At the end of the transition period, the GDPR will become part of a new body of retained EU law. In addition, some further legislation is proposed which will take effect at the end of the transition period and effectively alter parts of the GDPR so that it makes sense when applied with the Data Protection Act 2018.
The good news is therefore that all the time and money businesses spent back in 2018 in becoming GDPR compliant has not been wasted.
The less positive news however is that data flows outside of the UK become more problematic than currently as the UK will be a ‘third country’ for the purposes of the data protection rules.
What is the problem?
Well, put simply, the GDPR allows unrestricted personal data flows between those states which have adopted the GDPR. The problem arises for the UK as it will no longer be a part of the club.
The GDPR sees these transfers as restricted and provides that data can only be transferred where there is a compliant safeguarding mechanism.
Examples of such mechanisms are:
- An adequacy decision being made (essentially, the EU confirming that it considers the country to be a safe destination for personal data under the GDPR);
- Standard contractual clauses (SCCs) which place obligations on the recipient of personal data to keep it same (amongst other things); and
- Binding corporate rules (complex mechanism which could provide a solution for some corporate groups but would need a longer period to implement).

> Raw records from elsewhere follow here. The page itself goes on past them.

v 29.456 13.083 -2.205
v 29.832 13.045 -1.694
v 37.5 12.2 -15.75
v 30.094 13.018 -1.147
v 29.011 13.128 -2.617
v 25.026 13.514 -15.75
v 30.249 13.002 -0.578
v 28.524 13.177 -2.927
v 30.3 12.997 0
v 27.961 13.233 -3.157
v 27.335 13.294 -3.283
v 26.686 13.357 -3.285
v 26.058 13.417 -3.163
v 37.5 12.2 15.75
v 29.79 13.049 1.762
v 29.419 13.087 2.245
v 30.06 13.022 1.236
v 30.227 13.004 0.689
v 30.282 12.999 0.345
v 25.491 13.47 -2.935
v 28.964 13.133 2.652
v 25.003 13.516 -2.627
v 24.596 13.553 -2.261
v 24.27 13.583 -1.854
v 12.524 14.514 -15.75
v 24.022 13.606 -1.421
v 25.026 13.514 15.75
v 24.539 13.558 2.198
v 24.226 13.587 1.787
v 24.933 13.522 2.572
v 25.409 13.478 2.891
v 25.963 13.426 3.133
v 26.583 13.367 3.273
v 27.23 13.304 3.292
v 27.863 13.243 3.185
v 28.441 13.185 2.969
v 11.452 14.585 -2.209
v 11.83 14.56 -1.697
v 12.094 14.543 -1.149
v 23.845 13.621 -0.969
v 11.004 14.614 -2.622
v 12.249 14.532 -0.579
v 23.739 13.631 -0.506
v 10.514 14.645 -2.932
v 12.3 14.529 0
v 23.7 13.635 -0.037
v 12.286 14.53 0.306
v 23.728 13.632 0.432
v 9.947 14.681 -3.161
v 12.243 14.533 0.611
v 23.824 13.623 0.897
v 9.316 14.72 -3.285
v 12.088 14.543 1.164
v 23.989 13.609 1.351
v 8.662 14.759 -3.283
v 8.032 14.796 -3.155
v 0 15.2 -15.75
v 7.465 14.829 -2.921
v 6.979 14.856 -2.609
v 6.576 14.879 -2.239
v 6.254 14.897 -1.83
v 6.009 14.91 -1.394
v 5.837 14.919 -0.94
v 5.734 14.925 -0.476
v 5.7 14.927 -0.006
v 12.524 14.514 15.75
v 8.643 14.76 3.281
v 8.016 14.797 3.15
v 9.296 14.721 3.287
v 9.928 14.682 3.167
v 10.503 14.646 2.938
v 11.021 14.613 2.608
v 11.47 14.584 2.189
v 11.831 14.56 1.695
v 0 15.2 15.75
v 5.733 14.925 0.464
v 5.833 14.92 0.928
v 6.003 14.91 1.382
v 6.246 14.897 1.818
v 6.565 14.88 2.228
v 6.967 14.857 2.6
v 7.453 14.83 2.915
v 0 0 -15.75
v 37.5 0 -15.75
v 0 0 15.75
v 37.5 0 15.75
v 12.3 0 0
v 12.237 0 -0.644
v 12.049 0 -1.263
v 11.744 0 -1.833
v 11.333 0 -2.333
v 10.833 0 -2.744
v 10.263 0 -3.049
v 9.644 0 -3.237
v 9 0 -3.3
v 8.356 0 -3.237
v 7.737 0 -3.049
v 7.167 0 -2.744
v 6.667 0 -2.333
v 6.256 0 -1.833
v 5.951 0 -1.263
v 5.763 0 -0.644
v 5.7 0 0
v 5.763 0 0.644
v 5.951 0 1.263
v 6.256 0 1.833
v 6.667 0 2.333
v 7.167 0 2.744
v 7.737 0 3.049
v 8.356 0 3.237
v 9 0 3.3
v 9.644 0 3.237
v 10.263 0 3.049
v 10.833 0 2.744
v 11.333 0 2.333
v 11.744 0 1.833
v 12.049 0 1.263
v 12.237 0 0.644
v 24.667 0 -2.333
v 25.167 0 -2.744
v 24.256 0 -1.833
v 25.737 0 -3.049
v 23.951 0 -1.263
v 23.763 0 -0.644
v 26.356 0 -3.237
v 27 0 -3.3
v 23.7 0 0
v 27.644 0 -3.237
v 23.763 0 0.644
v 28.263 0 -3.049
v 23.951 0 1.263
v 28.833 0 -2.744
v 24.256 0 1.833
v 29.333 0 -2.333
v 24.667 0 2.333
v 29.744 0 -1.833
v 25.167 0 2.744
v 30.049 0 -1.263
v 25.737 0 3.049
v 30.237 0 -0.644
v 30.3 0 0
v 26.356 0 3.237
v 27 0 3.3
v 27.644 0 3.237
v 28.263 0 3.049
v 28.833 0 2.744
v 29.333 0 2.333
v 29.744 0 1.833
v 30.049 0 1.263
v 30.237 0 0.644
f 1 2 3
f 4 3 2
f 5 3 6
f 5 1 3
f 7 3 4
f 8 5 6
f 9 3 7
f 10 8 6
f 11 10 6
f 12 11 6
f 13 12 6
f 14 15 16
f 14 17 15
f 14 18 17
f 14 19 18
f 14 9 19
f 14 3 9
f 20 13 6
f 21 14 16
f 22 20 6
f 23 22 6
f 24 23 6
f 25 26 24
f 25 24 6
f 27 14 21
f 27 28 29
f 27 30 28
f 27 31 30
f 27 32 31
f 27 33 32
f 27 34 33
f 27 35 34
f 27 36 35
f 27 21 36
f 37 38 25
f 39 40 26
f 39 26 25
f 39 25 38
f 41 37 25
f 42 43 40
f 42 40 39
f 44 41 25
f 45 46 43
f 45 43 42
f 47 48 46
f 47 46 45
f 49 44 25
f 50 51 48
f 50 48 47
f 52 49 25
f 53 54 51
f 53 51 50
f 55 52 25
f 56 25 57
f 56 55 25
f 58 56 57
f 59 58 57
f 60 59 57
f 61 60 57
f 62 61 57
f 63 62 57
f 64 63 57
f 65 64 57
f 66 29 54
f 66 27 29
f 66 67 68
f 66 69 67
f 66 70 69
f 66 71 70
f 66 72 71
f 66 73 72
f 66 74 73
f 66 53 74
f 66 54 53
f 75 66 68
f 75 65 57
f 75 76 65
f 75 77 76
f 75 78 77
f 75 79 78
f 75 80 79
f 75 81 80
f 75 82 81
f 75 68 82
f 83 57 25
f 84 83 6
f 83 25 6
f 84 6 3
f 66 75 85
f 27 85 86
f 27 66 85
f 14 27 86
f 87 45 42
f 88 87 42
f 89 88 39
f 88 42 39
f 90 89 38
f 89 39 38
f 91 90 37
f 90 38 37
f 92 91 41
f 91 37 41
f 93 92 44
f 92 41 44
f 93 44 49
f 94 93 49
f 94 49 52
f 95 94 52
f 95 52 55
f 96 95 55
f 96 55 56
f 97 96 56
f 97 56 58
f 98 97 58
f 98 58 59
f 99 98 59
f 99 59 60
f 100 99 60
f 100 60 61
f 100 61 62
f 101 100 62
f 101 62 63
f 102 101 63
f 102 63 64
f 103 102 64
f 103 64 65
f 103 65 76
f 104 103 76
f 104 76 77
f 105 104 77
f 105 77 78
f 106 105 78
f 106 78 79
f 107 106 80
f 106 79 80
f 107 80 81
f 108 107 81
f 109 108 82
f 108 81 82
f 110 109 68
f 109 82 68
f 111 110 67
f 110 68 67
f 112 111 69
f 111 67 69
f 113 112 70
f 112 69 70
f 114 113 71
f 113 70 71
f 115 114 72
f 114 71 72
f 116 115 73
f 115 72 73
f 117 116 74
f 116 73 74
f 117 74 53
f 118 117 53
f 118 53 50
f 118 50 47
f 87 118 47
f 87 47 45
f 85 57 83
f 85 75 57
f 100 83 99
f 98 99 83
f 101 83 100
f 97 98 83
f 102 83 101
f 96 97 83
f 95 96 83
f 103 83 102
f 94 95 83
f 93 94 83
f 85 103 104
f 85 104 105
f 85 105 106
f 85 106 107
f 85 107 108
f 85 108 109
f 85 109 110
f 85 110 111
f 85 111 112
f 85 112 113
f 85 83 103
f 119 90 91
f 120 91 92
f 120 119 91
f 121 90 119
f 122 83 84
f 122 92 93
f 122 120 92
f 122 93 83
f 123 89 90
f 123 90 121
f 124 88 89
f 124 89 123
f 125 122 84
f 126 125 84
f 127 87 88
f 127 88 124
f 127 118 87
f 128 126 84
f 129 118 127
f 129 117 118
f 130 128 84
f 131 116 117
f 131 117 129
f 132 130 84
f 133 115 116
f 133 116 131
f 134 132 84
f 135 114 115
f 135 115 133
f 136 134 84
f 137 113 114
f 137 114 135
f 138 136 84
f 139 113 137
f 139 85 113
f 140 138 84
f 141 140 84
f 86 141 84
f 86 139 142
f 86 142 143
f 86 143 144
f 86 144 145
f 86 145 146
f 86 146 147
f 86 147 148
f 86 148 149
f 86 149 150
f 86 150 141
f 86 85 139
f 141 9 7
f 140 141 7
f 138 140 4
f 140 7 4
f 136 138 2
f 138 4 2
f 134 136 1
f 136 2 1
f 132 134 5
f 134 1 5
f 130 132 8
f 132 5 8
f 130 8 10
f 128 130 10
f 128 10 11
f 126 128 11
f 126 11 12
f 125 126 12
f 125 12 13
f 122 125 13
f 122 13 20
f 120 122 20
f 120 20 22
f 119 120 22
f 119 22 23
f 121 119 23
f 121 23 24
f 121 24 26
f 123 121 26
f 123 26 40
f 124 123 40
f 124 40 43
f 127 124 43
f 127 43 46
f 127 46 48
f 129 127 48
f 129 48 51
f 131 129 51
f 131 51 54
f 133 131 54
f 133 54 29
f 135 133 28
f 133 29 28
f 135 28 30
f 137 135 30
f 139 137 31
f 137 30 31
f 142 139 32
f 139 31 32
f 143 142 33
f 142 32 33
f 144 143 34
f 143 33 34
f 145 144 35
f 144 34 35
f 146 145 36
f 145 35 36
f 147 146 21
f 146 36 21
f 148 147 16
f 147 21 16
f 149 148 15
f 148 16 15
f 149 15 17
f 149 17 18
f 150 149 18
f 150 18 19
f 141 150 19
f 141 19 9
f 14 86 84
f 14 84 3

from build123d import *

# Parameters (mm, degrees)
BOSS_EXTRU_1_DEPTH = 15.75
D_GAGEMENT_M61_D   = 6.6


with BuildPart() as part:
    # Esquisse1 → Boss.-Extru.1 (new body, symmetric)
    with BuildSketch(Plane.XY):
        with BuildLine():
            Line((0, 0), (37.5, 0))
            Line((37.5, 0), (37.5, 12.2))
            ThreePointArc((37.5, 12.2), (18.778224846, 14.052810579), (0, 15.2))
            Line((0, 15.2), (0, 0))
        make_face()
    extrude(amount=BOSS_EXTRU_1_DEPTH, both=True)

    # Dégagement M61 (through all)
    with Locations(Plane(origin=(0, 0, 0), x_dir=(-1, 0, 0), z_dir=(0, -1, 0))):
        with Locations((-9, 0), (-27, 0)):
            Hole(D_GAGEMENT_M61_D / 2)


solid = part.part
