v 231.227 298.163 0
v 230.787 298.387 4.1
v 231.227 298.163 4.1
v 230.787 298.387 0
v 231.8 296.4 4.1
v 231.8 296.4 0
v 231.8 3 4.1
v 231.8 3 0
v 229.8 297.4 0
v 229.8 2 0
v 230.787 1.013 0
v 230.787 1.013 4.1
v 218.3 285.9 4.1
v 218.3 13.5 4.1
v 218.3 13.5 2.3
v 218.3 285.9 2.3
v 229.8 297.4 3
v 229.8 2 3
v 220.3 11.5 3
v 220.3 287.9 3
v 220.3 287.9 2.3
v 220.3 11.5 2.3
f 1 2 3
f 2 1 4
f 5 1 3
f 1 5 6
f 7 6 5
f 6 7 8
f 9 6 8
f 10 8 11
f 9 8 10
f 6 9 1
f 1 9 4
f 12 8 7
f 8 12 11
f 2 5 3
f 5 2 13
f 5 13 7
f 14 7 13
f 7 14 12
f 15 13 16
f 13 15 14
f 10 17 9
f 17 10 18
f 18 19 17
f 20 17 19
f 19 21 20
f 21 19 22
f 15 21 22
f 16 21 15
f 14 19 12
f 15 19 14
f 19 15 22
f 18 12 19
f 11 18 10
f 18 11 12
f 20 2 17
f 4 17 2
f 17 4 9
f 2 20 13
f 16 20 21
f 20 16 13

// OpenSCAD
// ============================================================
// Front Bezel - Right Side (mitered 45° corners)
// ============================================================
include <common.scad>

module bezel_right() {
    bezel_side("right");
}

bezel_right();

Unless the EU approves an adequacy decision for the UK, the most likely to be used is the SCCs. The ICO has recently published an online tool for using SCCs which is free and available to anyone.
UK Data Flows to the EEA
The amended UK data protection legislation provides that transfers from the UK to the EU can continue without additional protections being put in place, as EU countries will be deemed by the UK to have an adequate level of data protection. Whilst the government will keep this under review, this sounds like good news for these sorts of transfers as they appear to be largely unaffected.
EU Data flows to the UK
There is a potential difficulty with transfers from EU processors to the UK as no standard contractual clauses are available for this type of transfer. However, the draft new SCCs published in November 2020 do include an option for transfers from processors which would address this issue.
UK Data flows to non-EU Countries
At the end of the transition period, some new elements will be introduced into the Data Protection Act 2018.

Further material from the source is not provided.